Preparation Method for Vegan Mulligatawny Soup Recipe
Heat the olive oil in a large pot over medium heat. Add the onion and garlic and saute until they become translucent and fragrant.
Add the carrot, celery, bell pepper, and apple to the pot. Cook for about 5 minutes, until the vegetables start to soften.
In a small bowl, combine the curry powder, cumin, coriander, turmeric, and cayenne pepper. Stir the spice mixture into the pot and cook for another minute to toast the spices.
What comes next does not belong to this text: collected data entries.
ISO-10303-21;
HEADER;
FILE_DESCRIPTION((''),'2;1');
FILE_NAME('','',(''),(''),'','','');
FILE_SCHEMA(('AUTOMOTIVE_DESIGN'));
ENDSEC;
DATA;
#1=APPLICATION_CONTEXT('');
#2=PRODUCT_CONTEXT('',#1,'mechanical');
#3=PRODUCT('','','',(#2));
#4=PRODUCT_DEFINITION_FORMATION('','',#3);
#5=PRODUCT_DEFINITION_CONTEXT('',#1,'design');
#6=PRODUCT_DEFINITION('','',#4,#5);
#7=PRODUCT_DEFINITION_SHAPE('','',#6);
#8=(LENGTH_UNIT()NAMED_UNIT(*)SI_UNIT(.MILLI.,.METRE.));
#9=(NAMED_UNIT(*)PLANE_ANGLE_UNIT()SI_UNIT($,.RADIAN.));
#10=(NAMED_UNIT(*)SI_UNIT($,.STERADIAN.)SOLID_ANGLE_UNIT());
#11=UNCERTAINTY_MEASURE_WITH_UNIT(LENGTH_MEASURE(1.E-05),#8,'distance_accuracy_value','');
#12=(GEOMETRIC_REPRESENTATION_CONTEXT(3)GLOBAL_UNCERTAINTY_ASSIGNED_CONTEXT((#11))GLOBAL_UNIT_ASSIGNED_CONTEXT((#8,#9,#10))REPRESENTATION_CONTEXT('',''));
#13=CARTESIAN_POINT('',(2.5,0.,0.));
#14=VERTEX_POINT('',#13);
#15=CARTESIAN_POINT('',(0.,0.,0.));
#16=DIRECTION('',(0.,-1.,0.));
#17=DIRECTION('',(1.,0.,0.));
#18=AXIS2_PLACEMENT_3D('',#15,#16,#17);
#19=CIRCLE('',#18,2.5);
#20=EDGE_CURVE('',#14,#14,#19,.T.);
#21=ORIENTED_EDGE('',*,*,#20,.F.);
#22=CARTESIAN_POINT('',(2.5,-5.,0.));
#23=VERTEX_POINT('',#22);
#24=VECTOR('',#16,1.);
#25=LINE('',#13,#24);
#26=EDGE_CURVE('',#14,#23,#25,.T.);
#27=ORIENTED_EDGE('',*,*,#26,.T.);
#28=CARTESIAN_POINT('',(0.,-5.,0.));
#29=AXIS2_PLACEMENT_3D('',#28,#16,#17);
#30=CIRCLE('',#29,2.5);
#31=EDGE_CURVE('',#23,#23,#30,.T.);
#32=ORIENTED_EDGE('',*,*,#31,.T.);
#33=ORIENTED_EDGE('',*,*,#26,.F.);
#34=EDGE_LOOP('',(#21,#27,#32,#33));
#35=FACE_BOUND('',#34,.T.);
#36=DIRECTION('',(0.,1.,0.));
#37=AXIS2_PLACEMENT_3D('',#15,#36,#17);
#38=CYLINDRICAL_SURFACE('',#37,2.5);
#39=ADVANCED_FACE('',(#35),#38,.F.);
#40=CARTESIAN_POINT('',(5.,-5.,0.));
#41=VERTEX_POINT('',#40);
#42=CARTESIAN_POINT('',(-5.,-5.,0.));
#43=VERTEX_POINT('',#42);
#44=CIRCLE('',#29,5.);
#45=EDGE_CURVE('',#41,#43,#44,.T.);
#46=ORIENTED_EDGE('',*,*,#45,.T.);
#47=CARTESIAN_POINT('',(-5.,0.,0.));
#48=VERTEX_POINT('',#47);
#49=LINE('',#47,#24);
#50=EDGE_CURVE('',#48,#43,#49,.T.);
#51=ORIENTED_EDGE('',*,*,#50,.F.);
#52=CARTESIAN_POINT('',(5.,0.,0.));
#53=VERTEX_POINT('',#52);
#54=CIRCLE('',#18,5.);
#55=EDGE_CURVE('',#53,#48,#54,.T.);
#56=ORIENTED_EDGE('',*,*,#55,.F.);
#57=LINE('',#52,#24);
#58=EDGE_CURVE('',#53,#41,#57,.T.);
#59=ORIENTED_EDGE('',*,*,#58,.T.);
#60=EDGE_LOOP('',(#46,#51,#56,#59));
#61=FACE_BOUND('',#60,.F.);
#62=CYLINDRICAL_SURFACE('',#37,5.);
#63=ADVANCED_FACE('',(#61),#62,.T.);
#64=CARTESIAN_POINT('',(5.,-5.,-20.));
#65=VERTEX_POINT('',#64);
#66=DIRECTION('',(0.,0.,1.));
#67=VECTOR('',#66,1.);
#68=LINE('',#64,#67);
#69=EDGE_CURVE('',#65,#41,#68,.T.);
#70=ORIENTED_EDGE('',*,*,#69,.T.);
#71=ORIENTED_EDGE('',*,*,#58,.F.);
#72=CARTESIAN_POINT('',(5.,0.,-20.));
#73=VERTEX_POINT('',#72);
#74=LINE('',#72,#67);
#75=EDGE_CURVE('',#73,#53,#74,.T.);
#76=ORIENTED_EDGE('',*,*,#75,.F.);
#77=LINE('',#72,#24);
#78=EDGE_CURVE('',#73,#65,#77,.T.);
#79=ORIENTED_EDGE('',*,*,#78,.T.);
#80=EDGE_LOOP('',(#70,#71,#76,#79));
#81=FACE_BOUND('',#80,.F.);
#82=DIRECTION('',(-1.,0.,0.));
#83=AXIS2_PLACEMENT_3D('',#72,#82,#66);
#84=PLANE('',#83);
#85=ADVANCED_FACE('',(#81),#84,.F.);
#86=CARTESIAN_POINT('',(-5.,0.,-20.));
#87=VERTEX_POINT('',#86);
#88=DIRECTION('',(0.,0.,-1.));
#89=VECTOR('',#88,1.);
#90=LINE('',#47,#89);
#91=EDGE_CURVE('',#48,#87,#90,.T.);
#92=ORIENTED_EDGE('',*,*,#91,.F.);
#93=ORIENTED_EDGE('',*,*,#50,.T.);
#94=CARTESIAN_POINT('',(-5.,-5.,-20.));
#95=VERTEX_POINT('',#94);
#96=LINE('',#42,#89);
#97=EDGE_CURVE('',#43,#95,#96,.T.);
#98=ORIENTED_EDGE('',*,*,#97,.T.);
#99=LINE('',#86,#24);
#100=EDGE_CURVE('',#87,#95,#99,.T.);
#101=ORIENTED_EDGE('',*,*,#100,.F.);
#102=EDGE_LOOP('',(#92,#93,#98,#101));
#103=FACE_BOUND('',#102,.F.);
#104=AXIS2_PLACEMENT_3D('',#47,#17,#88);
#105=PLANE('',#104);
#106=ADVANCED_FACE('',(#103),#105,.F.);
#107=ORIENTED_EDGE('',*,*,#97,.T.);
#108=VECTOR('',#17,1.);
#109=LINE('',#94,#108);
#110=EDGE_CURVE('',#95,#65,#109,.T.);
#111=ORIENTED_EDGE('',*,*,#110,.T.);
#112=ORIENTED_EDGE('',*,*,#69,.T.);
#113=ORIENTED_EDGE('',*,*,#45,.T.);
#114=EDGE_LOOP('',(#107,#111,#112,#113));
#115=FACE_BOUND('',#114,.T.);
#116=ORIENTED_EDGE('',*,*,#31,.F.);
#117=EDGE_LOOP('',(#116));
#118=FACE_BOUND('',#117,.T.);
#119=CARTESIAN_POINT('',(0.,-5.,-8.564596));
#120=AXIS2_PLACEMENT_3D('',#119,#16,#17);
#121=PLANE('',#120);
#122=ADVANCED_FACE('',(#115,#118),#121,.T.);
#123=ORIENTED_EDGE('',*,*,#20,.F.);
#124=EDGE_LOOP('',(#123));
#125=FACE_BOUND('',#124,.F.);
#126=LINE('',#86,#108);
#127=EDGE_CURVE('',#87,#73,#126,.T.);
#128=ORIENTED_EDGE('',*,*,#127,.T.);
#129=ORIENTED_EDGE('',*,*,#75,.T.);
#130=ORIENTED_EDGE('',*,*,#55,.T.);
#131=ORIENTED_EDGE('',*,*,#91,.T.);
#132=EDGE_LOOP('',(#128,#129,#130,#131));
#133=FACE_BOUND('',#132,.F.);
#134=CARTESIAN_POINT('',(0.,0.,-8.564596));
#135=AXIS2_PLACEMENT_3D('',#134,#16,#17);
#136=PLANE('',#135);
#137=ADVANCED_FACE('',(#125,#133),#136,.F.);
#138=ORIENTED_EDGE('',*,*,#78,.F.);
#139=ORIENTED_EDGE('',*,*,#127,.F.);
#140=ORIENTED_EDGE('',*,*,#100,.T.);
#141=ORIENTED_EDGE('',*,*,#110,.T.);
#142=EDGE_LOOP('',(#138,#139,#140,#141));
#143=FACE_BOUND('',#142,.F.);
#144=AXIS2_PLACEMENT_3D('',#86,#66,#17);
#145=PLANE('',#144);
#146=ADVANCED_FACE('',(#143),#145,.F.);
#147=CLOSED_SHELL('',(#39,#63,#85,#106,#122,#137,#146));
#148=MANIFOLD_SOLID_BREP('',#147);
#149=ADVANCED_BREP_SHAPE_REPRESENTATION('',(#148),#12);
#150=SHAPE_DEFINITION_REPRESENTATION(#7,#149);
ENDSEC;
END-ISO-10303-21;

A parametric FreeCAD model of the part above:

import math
import FreeCAD as App
import Part
import Sketcher
from FreeCAD import Vector

doc = App.newDocument("Part")
body = doc.addObject("PartDesign::Body", "Body")

# Sketch on XZ plane
sketch1 = doc.addObject("Sketcher::SketchObject", "Sketch")
body.addObject(sketch1)
sketch1.AttachmentSupport = (doc.XZ_Plane, [""])
sketch1.MapMode = "FlatFace"
sketch1.addGeometry([
    Part.LineSegment(Vector(-5, 0, 0), Vector(-5, -20, 0)),  # 0
    Part.LineSegment(Vector(-5, -20, 0), Vector(5, -20, 0)),  # 1
    Part.LineSegment(Vector(5, -20, 0), Vector(5, 0, 0)),  # 2
    Part.ArcOfCircle(Part.Circle(Vector(0, 0, 0), Vector(0, 0, 1), 5), math.radians(0), math.radians(180)),  # 3
    Part.Circle(Vector(0, 0, 0), Vector(0, 0, 1), 2.5),  # 4
], False)
sketch1.addConstraint([
    Sketcher.Constraint("Coincident", 0, 2, 1, 1),
    Sketcher.Constraint("Coincident", 1, 2, 2, 1),
    Sketcher.Constraint("Tangent", 2, 2, 3, 1),
    Sketcher.Constraint("Tangent", 3, 2, 0, 1),
    Sketcher.Constraint("Vertical", 0),
    Sketcher.Constraint("Horizontal", 1),
    Sketcher.Constraint("Vertical", 2),
    Sketcher.Constraint("Coincident", 3, 3, -1, 1),
    Sketcher.Constraint("Coincident", 4, 3, -1, 1),
    Sketcher.Constraint("Diameter", 4, 5.0),
    Sketcher.Constraint("Radius", 3, 5.0),
    Sketcher.Constraint("DistanceY", 0, 2, 0, 1, 20.0),
])
pad1 = doc.addObject("PartDesign::Pad", "Pad")
body.addObject(pad1)
pad1.Profile = sketch1
pad1.Length = 5

doc.recompute()
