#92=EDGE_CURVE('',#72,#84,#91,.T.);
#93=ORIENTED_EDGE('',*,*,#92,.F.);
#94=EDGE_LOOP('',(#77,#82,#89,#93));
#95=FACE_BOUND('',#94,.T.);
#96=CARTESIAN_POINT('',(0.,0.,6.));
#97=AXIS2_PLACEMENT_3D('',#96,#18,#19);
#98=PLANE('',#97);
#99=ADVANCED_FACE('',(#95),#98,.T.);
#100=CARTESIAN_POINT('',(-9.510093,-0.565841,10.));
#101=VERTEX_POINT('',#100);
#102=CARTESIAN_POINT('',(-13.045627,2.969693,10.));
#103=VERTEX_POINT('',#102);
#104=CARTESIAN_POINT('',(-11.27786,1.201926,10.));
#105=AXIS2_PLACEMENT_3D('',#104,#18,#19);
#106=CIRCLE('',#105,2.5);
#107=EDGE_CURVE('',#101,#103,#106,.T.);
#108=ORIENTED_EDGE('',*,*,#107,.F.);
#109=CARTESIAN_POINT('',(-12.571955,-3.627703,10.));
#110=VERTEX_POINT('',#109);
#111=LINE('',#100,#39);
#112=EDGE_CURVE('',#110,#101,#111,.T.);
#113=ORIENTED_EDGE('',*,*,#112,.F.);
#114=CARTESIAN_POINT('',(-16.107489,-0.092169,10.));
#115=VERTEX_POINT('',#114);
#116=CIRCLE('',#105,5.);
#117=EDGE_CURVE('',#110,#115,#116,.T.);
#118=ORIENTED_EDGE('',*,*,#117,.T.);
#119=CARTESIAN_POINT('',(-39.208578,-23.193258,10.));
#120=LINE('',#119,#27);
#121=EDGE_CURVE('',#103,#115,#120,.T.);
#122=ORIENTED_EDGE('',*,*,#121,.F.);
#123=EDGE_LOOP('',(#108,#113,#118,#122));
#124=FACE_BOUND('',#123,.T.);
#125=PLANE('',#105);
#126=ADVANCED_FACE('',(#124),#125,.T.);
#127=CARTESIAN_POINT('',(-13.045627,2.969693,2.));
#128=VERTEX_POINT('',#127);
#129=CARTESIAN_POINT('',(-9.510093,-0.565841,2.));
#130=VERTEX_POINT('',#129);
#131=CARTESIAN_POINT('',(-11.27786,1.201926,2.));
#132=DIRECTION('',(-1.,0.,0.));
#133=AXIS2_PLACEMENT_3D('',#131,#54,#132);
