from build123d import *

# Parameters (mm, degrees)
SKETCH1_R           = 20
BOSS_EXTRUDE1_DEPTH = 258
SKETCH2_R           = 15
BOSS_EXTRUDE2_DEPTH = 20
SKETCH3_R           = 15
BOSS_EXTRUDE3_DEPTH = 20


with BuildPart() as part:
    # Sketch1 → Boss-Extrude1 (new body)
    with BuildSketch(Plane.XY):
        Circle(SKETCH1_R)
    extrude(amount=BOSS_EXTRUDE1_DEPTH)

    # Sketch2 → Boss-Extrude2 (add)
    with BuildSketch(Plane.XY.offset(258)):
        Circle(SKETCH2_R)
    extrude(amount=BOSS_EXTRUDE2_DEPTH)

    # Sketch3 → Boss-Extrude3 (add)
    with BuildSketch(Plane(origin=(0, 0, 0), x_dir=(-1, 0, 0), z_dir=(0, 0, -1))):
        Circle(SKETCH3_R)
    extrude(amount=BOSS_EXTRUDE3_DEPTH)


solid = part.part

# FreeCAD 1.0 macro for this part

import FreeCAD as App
import Part
import Sketcher

V = App.Vector

doc = App.newDocument("Part")
body = doc.addObject("PartDesign::Body", "Body")

# Sketch on XY plane
sketch1 = body.newObject("Sketcher::SketchObject", "Sketch")
sketch1.AttachmentSupport = (doc.getObject("XY_Plane"), [""])
sketch1.MapMode = "FlatFace"
sketch1.addGeometry(Part.Circle(V(0, 0, 0), V(0, 0, 1), 20), False)
sketch1.addConstraint([
    Sketcher.Constraint("Coincident", 0, 3, -1, 1),
    Sketcher.Constraint("Diameter", 0, 40.0),
])
pad1 = body.newObject("PartDesign::Pad", "Pad")
pad1.Profile = sketch1
pad1.Length = 258

# Sketch on XY plane
sketch2 = body.newObject("Sketcher::SketchObject", "Sketch001")
sketch2.AttachmentSupport = (doc.getObject("XY_Plane"), [""])
sketch2.MapMode = "FlatFace"
sketch2.AttachmentOffset = App.Placement(V(0, 0, 258), App.Rotation())
sketch2.addGeometry(Part.Circle(V(0, 0, 0), V(0, 0, 1), 15), False)
sketch2.addConstraint([
    Sketcher.Constraint("Coincident", 0, 3, -1, 1),
    Sketcher.Constraint("Diameter", 0, 30.0),
])
pad2 = body.newObject("PartDesign::Pad", "Pad001")
pad2.Profile = sketch2
pad2.Length = 20

# Sketch on XY plane
sketch3 = body.newObject("Sketcher::SketchObject", "Sketch002")
sketch3.AttachmentSupport = (doc.getObject("XY_Plane"), [""])
sketch3.MapMode = "FlatFace"
sketch3.addGeometry(Part.Circle(V(0, 0, 0), V(0, 0, 1), 15), False)
sketch3.addConstraint([
    Sketcher.Constraint("Coincident", 0, 3, -1, 1),
    Sketcher.Constraint("Diameter", 0, 30.0),
])
pad3 = body.newObject("PartDesign::Pad", "Pad002")
pad3.Profile = sketch3
pad3.Length = 20
pad3.Reversed = True

doc.recompute()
Add the lentils, vegetable broth, and diced tomatoes to the pot. Bring the mixture to a boil, then reduce the heat to low. Cover and simmer for about 20 minutes, or until the lentils are tender.
Using an immersion blender or a regular blender, puree about half of the soup until smooth. This will help thicken the soup while still leaving some texture.
Return the soup to the pot and stir in the coconut milk and lemon juice. Season with salt and pepper to taste.
Simmer the soup for an additional 10 minutes to allow the flavors to meld together.
Serve the mulligatawny soup hot, garnished with fresh cilantro. You can also serve it over cooked basmati rice for a heartier meal.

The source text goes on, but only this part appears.